Light controls two-atom quantum computation
Some powerful rulers of the world may dream of the possibility to get in touch with their colleagues on different continents unnoticed by friends or foes. Someday, new quantum technologies could allow for making these wishes come true. Physicists around the world are working on the realization of large scale quantum networks in which single light quanta transfer (secret) quantum information to stationary nodes at large distances. Such quantum networks' fundamental building blocks are, for example, quantum repeaters that counteract the loss of quantum information over large distances, or quantum logic gates that are necessary for processing quantum information.
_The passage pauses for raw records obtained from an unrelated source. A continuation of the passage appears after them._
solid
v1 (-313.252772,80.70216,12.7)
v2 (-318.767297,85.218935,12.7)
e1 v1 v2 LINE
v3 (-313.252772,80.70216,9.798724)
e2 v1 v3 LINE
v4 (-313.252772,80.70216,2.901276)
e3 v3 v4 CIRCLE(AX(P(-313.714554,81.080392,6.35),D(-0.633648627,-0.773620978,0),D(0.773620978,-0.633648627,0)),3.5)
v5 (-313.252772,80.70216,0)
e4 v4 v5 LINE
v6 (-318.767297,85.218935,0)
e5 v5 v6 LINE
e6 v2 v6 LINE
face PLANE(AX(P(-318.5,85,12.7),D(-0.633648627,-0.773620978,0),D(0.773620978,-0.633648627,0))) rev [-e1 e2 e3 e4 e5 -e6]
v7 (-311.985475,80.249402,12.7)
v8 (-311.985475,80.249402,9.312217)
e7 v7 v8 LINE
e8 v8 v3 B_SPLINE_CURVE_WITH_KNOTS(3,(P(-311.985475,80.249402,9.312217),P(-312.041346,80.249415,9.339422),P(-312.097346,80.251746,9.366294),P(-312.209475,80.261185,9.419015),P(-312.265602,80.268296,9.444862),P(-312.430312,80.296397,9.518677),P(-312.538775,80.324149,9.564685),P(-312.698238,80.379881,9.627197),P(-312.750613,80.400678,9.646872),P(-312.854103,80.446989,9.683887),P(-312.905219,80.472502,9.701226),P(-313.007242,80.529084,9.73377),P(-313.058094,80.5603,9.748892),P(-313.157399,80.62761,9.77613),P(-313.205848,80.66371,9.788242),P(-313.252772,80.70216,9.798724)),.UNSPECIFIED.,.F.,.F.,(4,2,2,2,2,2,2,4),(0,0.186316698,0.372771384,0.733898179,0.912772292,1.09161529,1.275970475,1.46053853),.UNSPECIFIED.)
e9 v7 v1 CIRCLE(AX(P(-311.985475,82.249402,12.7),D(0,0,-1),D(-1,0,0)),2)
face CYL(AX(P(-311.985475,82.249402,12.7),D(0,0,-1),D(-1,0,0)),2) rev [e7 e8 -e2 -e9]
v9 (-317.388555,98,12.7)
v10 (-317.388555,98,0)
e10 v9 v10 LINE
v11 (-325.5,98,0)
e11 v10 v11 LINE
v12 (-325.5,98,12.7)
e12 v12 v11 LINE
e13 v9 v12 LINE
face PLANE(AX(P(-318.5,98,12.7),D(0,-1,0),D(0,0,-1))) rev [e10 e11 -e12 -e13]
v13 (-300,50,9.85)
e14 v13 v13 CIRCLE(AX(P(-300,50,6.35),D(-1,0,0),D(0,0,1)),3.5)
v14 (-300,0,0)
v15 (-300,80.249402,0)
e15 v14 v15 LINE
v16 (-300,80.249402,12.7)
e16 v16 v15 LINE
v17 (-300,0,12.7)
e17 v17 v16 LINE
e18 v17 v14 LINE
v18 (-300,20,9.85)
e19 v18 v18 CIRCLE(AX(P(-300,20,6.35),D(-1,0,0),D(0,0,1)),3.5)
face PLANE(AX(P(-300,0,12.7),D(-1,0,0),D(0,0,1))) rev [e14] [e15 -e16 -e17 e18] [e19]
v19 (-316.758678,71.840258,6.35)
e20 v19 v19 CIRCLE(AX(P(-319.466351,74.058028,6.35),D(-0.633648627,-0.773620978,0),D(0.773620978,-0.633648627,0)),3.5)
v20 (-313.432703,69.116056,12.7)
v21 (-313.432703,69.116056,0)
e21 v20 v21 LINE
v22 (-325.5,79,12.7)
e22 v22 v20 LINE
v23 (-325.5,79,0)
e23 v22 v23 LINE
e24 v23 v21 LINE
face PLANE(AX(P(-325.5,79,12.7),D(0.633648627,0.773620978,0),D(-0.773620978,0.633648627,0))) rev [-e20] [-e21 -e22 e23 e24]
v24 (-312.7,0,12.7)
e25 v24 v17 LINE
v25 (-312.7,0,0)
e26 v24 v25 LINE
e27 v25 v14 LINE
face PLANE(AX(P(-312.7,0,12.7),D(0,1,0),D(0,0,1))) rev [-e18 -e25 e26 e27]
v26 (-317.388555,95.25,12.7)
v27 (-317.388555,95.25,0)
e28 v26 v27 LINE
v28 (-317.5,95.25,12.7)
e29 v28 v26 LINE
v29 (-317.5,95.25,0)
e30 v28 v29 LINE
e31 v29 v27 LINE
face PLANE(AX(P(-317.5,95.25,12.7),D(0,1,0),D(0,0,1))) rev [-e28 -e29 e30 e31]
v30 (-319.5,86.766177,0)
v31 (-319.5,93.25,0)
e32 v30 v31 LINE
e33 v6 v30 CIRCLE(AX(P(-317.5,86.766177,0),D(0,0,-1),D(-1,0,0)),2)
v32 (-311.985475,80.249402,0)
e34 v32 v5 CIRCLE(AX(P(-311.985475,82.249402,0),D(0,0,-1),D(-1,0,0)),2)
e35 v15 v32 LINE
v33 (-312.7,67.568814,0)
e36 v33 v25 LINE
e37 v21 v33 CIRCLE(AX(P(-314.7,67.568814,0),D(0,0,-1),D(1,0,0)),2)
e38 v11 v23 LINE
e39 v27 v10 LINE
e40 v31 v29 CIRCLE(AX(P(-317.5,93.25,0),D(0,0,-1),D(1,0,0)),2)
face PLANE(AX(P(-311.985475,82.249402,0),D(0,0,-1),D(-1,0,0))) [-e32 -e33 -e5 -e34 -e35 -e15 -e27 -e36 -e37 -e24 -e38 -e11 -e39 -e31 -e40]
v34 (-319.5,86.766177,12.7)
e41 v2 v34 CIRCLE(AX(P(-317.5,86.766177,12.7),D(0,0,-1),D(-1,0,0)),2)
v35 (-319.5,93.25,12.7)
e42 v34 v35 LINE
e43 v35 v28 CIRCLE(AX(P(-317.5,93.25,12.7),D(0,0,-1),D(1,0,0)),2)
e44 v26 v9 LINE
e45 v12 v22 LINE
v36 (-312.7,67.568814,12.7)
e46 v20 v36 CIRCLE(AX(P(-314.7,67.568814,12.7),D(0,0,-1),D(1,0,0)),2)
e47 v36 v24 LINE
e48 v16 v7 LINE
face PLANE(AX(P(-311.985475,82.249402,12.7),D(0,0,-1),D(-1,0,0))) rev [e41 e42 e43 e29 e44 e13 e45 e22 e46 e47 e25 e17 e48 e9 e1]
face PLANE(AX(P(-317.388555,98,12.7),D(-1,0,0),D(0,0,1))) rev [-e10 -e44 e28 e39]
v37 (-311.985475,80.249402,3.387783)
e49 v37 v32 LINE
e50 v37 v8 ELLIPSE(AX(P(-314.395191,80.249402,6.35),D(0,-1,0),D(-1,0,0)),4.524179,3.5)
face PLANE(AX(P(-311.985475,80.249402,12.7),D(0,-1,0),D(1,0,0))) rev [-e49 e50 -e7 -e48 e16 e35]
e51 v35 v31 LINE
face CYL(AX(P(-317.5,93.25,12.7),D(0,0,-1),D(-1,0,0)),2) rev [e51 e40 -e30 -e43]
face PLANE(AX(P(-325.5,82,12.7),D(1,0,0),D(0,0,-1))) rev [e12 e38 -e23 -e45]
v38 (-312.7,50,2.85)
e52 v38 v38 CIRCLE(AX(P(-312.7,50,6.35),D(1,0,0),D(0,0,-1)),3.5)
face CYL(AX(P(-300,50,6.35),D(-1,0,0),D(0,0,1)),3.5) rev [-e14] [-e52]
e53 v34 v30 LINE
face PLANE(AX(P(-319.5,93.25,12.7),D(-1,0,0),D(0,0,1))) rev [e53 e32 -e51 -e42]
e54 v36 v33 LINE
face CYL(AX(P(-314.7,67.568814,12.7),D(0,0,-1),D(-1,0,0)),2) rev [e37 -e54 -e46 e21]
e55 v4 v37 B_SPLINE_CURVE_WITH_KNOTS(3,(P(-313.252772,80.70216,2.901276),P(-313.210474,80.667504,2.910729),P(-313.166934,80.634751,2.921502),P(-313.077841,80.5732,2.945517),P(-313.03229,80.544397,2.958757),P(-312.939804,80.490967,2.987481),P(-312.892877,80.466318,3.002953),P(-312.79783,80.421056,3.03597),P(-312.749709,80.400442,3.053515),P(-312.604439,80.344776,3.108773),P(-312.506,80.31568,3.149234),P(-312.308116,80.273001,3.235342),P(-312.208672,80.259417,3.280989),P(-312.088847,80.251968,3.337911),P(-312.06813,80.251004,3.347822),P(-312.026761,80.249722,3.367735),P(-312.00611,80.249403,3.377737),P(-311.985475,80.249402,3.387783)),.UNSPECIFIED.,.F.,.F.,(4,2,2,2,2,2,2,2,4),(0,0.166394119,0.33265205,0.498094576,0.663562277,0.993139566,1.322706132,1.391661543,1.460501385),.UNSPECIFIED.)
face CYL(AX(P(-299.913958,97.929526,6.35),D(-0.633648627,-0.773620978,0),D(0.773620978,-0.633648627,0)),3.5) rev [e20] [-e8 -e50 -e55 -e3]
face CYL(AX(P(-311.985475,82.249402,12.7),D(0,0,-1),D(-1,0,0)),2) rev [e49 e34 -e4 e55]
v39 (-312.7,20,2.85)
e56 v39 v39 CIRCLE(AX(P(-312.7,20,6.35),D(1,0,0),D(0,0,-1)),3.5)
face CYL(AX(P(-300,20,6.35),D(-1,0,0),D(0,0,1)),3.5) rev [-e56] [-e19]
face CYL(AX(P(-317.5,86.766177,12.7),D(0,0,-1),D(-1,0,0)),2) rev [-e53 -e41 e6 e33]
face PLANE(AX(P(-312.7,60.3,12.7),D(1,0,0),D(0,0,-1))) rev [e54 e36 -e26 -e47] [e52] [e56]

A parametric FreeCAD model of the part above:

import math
import FreeCAD as App
import Part
import Sketcher
from FreeCAD import Vector

doc = App.newDocument("Part")
params = doc.addObject("Spreadsheet::Sheet", "Params")
for row, (alias, value) in enumerate([
    ("sketch1_radius", "2 mm"),
    ("sketch1_height", "19 mm"),
    ("sketch1_width", "12.7 mm"),
    ("sketch1_height2", "2.75 mm"),
    ("pad1_length", "12.7 mm"),
    ("sketch2_diameter", "7 mm"),
    ("sketch3_diameter", "7 mm"),
], start=1):
    params.set(f"A{row}", alias)
    params.set(f"B{row}", "=" + value)
    params.setAlias(f"B{row}", alias)

body = doc.addObject("PartDesign::Body", "Body")

sketch1 = doc.addObject("Sketcher::SketchObject", "Sketch")
body.addObject(sketch1)
sketch1.AttachmentSupport = (doc.XY_Plane, [""])
sketch1.MapMode = "FlatFace"
sketch1.addGeometry([
    Part.LineSegment(Vector(-312.7, 0, 0), Vector(-300, 0, 0)),
    Part.LineSegment(Vector(-300, 0, 0), Vector(-300, 80.25, 0)),
    Part.LineSegment(Vector(-300, 80.25, 0), Vector(-311.99, 80.25, 0)),
    Part.ArcOfCircle(Part.Circle(Vector(-311.99, 82.25, 0), Vector(0, 0, 1), 2), math.radians(-129), math.radians(-90)),
    Part.LineSegment(Vector(-313.25, 80.7, 0), Vector(-317.17, 83.91, 0)),
    Part.LineSegment(Vector(-317.17, 83.91, 0), Vector(-318.5, 85, 0)),
    Part.LineSegment(Vector(-318.5, 85, 0), Vector(-318.77, 85.22, 0)),
    Part.ArcOfCircle(Part.Circle(Vector(-317.5, 86.77, 0), Vector(0, 0, 1), 2), math.radians(180), math.radians(231)),
    Part.LineSegment(Vector(-319.5, 86.77, 0), Vector(-319.5, 93.25, 0)),
    Part.ArcOfCircle(Part.Circle(Vector(-317.5, 93.25, 0), Vector(0, 0, 1), 2), math.radians(90), math.radians(180)),
    Part.LineSegment(Vector(-317.5, 95.25, 0), Vector(-317.39, 95.25, 0)),
    Part.LineSegment(Vector(-317.39, 95.25, 0), Vector(-317.39, 98, 0)),
    Part.LineSegment(Vector(-317.39, 98, 0), Vector(-325.5, 98, 0)),
    Part.LineSegment(Vector(-325.5, 98, 0), Vector(-325.5, 79, 0)),
    Part.LineSegment(Vector(-325.5, 79, 0), Vector(-313.43, 69.12, 0)),
    Part.ArcOfCircle(Part.Circle(Vector(-314.7, 67.57, 0), Vector(0, 0, 1), 2), math.radians(0), math.radians(51)),
    Part.LineSegment(Vector(-312.7, 67.57, 0), Vector(-312.7, 0, 0)),
], False)
sketch1.addConstraint([
    Sketcher.Constraint("Coincident", 0, 2, 1, 1),
    Sketcher.Constraint("Coincident", 1, 2, 2, 1),
    Sketcher.Constraint("Tangent", 2, 2, 3, 2),
    Sketcher.Constraint("Tangent", 3, 1, 4, 1),
    Sketcher.Constraint("Coincident", 4, 2, 5, 1),
    Sketcher.Constraint("Coincident", 5, 2, 6, 1),
    Sketcher.Constraint("Tangent", 6, 2, 7, 2),
    Sketcher.Constraint("Tangent", 7, 1, 8, 1),
    Sketcher.Constraint("Tangent", 8, 2, 9, 2),
    Sketcher.Constraint("Tangent", 9, 1, 10, 1),
    Sketcher.Constraint("Coincident", 10, 2, 11, 1),
    Sketcher.Constraint("Coincident", 11, 2, 12, 1),
    Sketcher.Constraint("Coincident", 12, 2, 13, 1),
    Sketcher.Constraint("Coincident", 13, 2, 14, 1),
    Sketcher.Constraint("Tangent", 14, 2, 15, 2),
    Sketcher.Constraint("Tangent", 15, 1, 16, 1),
    Sketcher.Constraint("Coincident", 16, 2, 0, 1),
    Sketcher.Constraint("Horizontal", 0),
    Sketcher.Constraint("Vertical", 1),
    Sketcher.Constraint("Horizontal", 2),
    Sketcher.Constraint("Vertical", 8),
    Sketcher.Constraint("Horizontal", 10),
    Sketcher.Constraint("Vertical", 11),
    Sketcher.Constraint("Horizontal", 12),
    Sketcher.Constraint("Vertical", 13),
    Sketcher.Constraint("Vertical", 16),
    Sketcher.Constraint("Equal", 3, 7),
    Sketcher.Constraint("Equal", 7, 9),
    Sketcher.Constraint("Equal", 9, 15),
    Sketcher.Constraint("PointOnObject", 0, 2, -1),
    Sketcher.Constraint("Parallel", 4, 5),
    Sketcher.Constraint("Parallel", 5, 6),
    Sketcher.Constraint("Parallel", 6, 14),
    Sketcher.Constraint("Radius", 3, 2.0),
    Sketcher.Constraint("DistanceY", 13, 2, 13, 1, 19.0),
    Sketcher.Constraint("DistanceX", 0, 1, 0, 2, 12.7),
    Sketcher.Constraint("DistanceX", 0, 2, -1, 1, 300.0),
    Sketcher.Constraint("DistanceY", -1, 1, 5, 2, 85.0),
    Sketcher.Constraint("DistanceY", -1, 1, 11, 2, 98.0),
    Sketcher.Constraint("DistanceX", 5, 2, 7, 3, 1.0),
    Sketcher.Constraint("DistanceX", 12, 2, 8, 2, 6.0),
    Sketcher.Constraint("DistanceY", 11, 1, 11, 2, 2.75),
    Sketcher.Constraint("DistanceX", 7, 3, -1, 1, 317.5),
    Sketcher.Constraint("DistanceY", 14, 2, 4, 2, 14.794699),
    Sketcher.Constraint("Distance", 4, 5.063681),
    Sketcher.Constraint("Distance", 14, 15.598462),
    Sketcher.Constraint("DistanceX", 10, 1, 10, 2, 0.111445),
])
sketch1.setExpression("Constraints[33]", "Params.sketch1_radius")
sketch1.setExpression("Constraints[34]", "Params.sketch1_height")
sketch1.setExpression("Constraints[35]", "Params.sketch1_width")
sketch1.setExpression("Constraints[41]", "Params.sketch1_height2")
pad1 = doc.addObject("PartDesign::Pad", "Pad")
body.addObject(pad1)
pad1.Profile = sketch1
pad1.setExpression("Length", "Params.pad1_length")

sketch2 = doc.addObject("Sketcher::SketchObject", "Sketch001")
body.addObject(sketch2)
sketch2.AttachmentSupport = (doc.YZ_Plane, [""])
sketch2.MapMode = "FlatFace"
sketch2.AttachmentOffset = App.Placement(Vector(0, 0, -312.7), App.Rotation())
sketch2.addGeometry([
    Part.Circle(Vector(50, 6.3, 0), Vector(0, 0, 1), 3.5),
    Part.Circle(Vector(20, 6.3, 0), Vector(0, 0, 1), 3.5),
], False)
sketch2.addConstraint([
    Sketcher.Constraint("Equal", 0, 1),
    Sketcher.Constraint("Horizontal", 0, 3, 1, 3),
    Sketcher.Constraint("Diameter", 0, 7.0),
    Sketcher.Constraint("DistanceX", -1, 1, 0, 3, 50.0),
    Sketcher.Constraint("DistanceX", -1, 1, 1, 3, 20.0),
    Sketcher.Constraint("DistanceY", -1, 1, 0, 3, 6.35),
])
sketch2.setExpression("Constraints[2]", "Params.sketch2_diameter")
pocket1 = doc.addObject("PartDesign::Pocket", "Pocket")
body.addObject(pocket1)
pocket1.Profile = sketch2
pocket1.Type = "ThroughAll"
pocket1.Midplane = True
Now, a team of scientists around Professor Gerhard Rempe, director at the Max Planck Institute of Quantum Optics and head of the Quantum Dynamics Division, has demonstrated the feasibility a new concept for a quantum gate (Phys. Rev. X 8, 011018, 6 February 2018). Here, photons impinging on an optical cavity mediate an interaction between two atoms trapped inside. This interaction is the basis for performing characteristic gate operations between the atoms, for example the operation as a CNOT gate or the generation of entanglement. The new method offers a variety of advantages: for example, the gate operations take place within microseconds which is an asset for quantum information processing. Also, the gate mechanism can be applied to other experimental platforms, and the two-atom gate can serve as a building block in a quantum repeater.
Core element of the experiment (see figure 1) is an asymmetric high-finesse optical resonator, consisting of a high-reflection mirror (left) and a mirror with a finite transmission (right). Two electrically neutral rubidium atoms are trapped in the centre of the cavity. Each atom carries a qubit, i.e. quantum information that is encoded in the superposition of two stable ground states which correspond to the classical bits "0" and "1." "One of the ground states is in resonance with the cavity's light field. Hence, atoms and cavity form a strongly coupled system," Stephan Welte explains, who works on the experiment for his doctoral thesis. "That's why the atoms can talk to each other. This process cannot take place in free space."
To execute the gate, single photons are sent onto the semi-transparent mirror. Then, depending on the initial states of the atoms, different scenarios are possible. "When both atoms are in the non-coupling state the photon can enter the cavity, and a standing light wave between the two mirrors builds up," says Bastian Hacker, another doctoral candidate on the experiment. "The atoms can communicate via this light field: if it is present, the phase of the stored qubits gets rotated by 180 degrees." In all other cases, if one or both atoms are in resonance with the cavity modes, the photon gets blocked from the cavity, and the state of the atoms does not acquire a phase shift.
These effects are used to execute basic mathematical operations (quantum gates) between the two atoms, as is demonstrated by the Garching team with two characteristic gate operations. On the one hand, the scientists show that their experimental setup can work as a typical C(ontrolled)NOT gate: here the input state of the (control) qubit decides whether the other one's (target's) state is being changed or not. In order to demonstrate this functionality, the gate operation is executed on a set of four orthogonal input states, and in each case the resulting output state is determined. From these measurements a table is derived that resembles a classical XOR gate.
On the other hand, in another series of measurements the scientists prove the creation of quantum entangled output states from two initially independent atoms. "To this end, the atoms are prepared in a coherent superposition of both ground states," Stephan Welte points out. "Therefore, both cases – that the photon enters the cavity and that it is rejected – are quantum-mechanically superimposed, and the gate operation leads to the entanglement of the atoms."
"The mechanism underlying the gate operation is very simple and elegant because it only comprises one physical step. In contrast to other gate mechanisms the distance between the qubits – in our case 2 to 12 micrometres – does not matter at all," Bastian Hacker emphasizes. "Also, our gate does not rely on the specific platform of rubidium atoms. It could equally well be applied to many other types of atoms, ions or, for example, solid state quantum dots that carry quantum information." Professor Gerhard Rempe even envisions further extensions of the system. "We consider placing several atoms, instead of just two, into the cavity. Our gate mechanism could operate on many of them at the same time." In a large-scale quantum network, multi-qubit nodes could serve as small quantum computers that perform basic computations and send their results to other nodes.